Produce as output only the lines below starting at the line with "#2=PRODUCT_CONTEXT('',#1,'mechanical');" and continuing through the line with "#8=(LENGTH_UNIT()NAMED_UNIT(*)SI_UNIT(.MILLI.,.METRE.));", each one exactly as written.

[Stored entries]
☆ ☆ ☆ ☆

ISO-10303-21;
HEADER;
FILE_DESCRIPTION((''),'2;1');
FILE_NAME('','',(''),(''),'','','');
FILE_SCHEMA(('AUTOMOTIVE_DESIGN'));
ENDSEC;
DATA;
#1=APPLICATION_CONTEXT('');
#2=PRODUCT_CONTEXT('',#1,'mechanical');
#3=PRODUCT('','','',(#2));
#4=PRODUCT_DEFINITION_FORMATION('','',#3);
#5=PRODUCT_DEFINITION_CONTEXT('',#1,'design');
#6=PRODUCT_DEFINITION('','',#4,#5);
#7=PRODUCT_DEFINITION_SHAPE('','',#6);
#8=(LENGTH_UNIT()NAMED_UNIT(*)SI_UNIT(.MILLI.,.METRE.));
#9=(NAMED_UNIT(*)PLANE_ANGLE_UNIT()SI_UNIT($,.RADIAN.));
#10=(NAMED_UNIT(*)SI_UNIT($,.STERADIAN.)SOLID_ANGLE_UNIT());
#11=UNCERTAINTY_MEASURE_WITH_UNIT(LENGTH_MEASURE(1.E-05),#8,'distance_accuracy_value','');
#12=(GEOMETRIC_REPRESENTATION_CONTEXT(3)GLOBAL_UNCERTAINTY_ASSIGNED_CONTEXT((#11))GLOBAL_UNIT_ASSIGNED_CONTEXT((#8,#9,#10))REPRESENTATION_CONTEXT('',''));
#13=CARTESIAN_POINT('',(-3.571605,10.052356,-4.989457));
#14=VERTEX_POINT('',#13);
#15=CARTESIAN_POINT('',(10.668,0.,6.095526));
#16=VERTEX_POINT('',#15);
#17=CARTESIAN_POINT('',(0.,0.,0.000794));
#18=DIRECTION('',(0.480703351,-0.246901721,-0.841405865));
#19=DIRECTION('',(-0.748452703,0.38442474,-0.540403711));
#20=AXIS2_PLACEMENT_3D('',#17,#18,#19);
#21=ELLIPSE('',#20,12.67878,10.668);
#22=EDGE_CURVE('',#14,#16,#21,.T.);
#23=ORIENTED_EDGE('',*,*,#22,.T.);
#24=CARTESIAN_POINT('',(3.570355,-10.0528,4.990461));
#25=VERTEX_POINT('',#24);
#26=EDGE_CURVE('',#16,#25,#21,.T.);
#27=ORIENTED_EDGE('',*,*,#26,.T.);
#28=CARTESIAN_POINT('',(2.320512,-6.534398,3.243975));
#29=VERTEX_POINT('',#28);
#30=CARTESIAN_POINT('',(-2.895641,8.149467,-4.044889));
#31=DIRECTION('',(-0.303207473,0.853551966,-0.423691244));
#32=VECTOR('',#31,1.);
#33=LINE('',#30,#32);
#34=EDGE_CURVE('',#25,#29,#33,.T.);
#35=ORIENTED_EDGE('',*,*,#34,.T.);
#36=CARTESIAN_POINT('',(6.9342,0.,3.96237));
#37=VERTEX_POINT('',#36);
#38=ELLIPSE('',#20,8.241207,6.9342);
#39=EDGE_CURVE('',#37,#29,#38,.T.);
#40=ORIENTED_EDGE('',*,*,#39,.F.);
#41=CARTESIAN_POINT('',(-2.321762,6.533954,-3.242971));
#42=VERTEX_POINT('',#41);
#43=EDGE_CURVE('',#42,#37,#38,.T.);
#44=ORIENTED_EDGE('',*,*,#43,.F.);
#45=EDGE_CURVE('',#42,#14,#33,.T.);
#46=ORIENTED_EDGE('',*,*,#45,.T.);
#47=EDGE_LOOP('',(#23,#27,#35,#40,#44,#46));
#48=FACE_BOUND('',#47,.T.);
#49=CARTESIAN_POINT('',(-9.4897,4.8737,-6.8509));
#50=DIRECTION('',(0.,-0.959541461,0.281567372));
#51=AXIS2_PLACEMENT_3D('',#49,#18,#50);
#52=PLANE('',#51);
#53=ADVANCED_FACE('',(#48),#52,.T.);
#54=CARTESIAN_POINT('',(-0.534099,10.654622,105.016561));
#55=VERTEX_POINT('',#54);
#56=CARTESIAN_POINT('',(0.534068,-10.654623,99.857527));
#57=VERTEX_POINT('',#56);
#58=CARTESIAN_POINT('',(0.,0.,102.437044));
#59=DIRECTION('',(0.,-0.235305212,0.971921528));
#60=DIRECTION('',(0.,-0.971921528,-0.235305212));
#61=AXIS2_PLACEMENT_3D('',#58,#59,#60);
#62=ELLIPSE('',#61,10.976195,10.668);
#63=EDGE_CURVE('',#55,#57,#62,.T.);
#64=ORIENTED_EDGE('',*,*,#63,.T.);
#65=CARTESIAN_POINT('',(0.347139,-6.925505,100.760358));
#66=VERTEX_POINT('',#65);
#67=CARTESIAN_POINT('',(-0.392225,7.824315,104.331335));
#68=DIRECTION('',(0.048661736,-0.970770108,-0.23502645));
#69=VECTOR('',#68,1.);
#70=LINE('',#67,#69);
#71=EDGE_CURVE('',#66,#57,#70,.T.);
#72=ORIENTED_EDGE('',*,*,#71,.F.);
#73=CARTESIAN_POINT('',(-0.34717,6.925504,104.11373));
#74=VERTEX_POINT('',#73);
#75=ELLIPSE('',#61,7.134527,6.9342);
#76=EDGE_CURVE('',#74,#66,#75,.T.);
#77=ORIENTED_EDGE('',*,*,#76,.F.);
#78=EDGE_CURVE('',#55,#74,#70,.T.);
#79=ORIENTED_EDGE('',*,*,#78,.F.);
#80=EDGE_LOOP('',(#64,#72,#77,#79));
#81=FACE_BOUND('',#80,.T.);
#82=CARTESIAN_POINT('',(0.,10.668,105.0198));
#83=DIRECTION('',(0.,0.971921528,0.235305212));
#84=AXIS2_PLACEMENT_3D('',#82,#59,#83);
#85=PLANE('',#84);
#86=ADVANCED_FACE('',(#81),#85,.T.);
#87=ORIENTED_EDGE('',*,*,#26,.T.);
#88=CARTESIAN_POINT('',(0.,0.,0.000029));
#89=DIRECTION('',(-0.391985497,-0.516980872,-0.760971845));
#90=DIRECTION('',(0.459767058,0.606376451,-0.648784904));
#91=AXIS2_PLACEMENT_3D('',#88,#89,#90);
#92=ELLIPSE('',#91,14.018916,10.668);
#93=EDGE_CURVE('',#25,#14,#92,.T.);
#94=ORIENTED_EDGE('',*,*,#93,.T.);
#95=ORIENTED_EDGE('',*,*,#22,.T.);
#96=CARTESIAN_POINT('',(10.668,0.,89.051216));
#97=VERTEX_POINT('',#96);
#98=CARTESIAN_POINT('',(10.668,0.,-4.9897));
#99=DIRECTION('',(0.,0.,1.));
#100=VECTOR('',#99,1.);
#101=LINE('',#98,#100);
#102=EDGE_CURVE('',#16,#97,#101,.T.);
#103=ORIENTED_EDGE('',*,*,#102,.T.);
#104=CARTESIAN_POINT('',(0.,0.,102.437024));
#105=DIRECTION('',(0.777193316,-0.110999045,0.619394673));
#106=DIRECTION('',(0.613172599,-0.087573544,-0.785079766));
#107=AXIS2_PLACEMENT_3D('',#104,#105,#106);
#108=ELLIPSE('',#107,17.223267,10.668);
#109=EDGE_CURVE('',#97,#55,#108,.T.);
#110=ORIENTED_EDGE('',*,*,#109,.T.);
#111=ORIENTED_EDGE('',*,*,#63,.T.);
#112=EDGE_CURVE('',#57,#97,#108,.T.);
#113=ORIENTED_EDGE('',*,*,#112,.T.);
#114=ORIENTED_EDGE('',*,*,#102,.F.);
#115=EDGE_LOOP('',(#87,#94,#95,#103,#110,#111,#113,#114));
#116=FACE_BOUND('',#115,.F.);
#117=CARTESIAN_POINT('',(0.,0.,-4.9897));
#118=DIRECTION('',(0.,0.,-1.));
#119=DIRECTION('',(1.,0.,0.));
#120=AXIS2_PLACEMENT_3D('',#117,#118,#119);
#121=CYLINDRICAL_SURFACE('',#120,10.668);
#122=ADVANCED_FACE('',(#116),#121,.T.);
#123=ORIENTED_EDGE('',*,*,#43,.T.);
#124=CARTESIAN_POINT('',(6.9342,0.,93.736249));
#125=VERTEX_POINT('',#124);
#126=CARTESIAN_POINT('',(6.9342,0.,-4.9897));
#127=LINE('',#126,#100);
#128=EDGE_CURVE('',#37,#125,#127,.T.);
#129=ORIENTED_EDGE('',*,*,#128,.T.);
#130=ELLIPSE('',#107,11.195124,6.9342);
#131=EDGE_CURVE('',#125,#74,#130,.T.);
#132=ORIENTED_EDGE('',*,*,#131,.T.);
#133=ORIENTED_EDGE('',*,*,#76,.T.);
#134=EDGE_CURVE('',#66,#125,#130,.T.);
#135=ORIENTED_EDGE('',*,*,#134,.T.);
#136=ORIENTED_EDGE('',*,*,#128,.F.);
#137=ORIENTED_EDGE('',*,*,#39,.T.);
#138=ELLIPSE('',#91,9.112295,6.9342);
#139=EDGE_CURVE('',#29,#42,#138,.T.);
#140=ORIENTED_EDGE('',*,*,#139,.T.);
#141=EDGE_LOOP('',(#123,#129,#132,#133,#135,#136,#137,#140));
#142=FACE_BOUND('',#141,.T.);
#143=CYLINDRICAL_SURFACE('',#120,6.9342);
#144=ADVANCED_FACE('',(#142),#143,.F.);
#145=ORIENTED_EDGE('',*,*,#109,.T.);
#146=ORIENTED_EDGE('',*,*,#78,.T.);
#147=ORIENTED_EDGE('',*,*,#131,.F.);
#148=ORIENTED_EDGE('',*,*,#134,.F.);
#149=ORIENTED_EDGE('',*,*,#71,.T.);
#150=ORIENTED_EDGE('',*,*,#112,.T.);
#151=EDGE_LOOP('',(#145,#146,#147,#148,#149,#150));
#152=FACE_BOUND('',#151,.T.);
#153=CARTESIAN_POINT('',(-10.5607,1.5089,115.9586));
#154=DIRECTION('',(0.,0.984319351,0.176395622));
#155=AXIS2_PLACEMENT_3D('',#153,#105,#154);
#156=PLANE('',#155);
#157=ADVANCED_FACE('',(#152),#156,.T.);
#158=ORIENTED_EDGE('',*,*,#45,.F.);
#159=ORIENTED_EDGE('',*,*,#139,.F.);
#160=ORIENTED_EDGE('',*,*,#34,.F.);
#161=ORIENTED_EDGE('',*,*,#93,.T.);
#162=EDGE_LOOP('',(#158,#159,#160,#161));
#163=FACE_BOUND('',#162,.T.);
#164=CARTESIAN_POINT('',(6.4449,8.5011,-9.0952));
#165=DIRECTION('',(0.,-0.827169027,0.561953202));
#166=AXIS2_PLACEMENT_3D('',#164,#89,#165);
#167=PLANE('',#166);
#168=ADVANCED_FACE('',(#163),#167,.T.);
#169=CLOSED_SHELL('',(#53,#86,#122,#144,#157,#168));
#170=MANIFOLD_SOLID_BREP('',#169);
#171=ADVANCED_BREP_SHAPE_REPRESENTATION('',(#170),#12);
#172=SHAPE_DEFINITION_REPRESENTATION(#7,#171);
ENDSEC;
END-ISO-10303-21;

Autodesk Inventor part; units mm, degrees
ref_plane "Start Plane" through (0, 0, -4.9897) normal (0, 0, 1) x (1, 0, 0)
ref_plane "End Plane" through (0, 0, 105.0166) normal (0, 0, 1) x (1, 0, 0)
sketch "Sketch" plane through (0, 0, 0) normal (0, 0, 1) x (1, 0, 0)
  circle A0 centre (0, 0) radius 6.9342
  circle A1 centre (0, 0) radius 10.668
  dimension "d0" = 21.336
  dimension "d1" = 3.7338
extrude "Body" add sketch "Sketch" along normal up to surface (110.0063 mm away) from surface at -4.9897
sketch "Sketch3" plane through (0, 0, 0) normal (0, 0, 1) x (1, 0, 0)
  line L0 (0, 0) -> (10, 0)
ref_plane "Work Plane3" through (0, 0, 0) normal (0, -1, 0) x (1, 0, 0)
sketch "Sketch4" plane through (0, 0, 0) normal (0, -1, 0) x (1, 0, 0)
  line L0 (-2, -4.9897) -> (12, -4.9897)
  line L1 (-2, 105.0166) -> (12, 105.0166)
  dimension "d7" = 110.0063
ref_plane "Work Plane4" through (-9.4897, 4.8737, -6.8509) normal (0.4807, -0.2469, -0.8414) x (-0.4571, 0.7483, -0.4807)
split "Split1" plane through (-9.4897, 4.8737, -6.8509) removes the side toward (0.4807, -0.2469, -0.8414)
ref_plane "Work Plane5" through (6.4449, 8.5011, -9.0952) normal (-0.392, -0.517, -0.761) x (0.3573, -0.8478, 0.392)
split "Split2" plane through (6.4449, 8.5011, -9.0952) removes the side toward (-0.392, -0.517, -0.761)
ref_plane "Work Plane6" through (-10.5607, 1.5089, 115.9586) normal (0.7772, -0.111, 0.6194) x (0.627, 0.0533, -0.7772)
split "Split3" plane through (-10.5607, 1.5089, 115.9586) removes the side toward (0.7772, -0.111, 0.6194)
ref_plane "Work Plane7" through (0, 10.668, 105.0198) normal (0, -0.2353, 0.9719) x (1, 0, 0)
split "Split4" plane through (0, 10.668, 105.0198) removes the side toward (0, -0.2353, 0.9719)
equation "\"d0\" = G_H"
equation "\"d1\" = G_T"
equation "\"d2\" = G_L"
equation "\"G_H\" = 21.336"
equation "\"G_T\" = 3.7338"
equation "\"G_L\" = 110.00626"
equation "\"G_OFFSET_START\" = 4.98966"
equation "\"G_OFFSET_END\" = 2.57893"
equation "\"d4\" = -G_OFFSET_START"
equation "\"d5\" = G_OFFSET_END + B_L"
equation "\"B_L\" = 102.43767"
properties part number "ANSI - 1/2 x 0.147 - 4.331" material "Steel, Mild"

☆ ☆ ☆ ☆

● RESPONSE
#2=PRODUCT_CONTEXT('',#1,'mechanical');
#3=PRODUCT('','','',(#2));
#4=PRODUCT_DEFINITION_FORMATION('','',#3);
#5=PRODUCT_DEFINITION_CONTEXT('',#1,'design');
#6=PRODUCT_DEFINITION('','',#4,#5);
#7=PRODUCT_DEFINITION_SHAPE('','',#6);
#8=(LENGTH_UNIT()NAMED_UNIT(*)SI_UNIT(.MILLI.,.METRE.));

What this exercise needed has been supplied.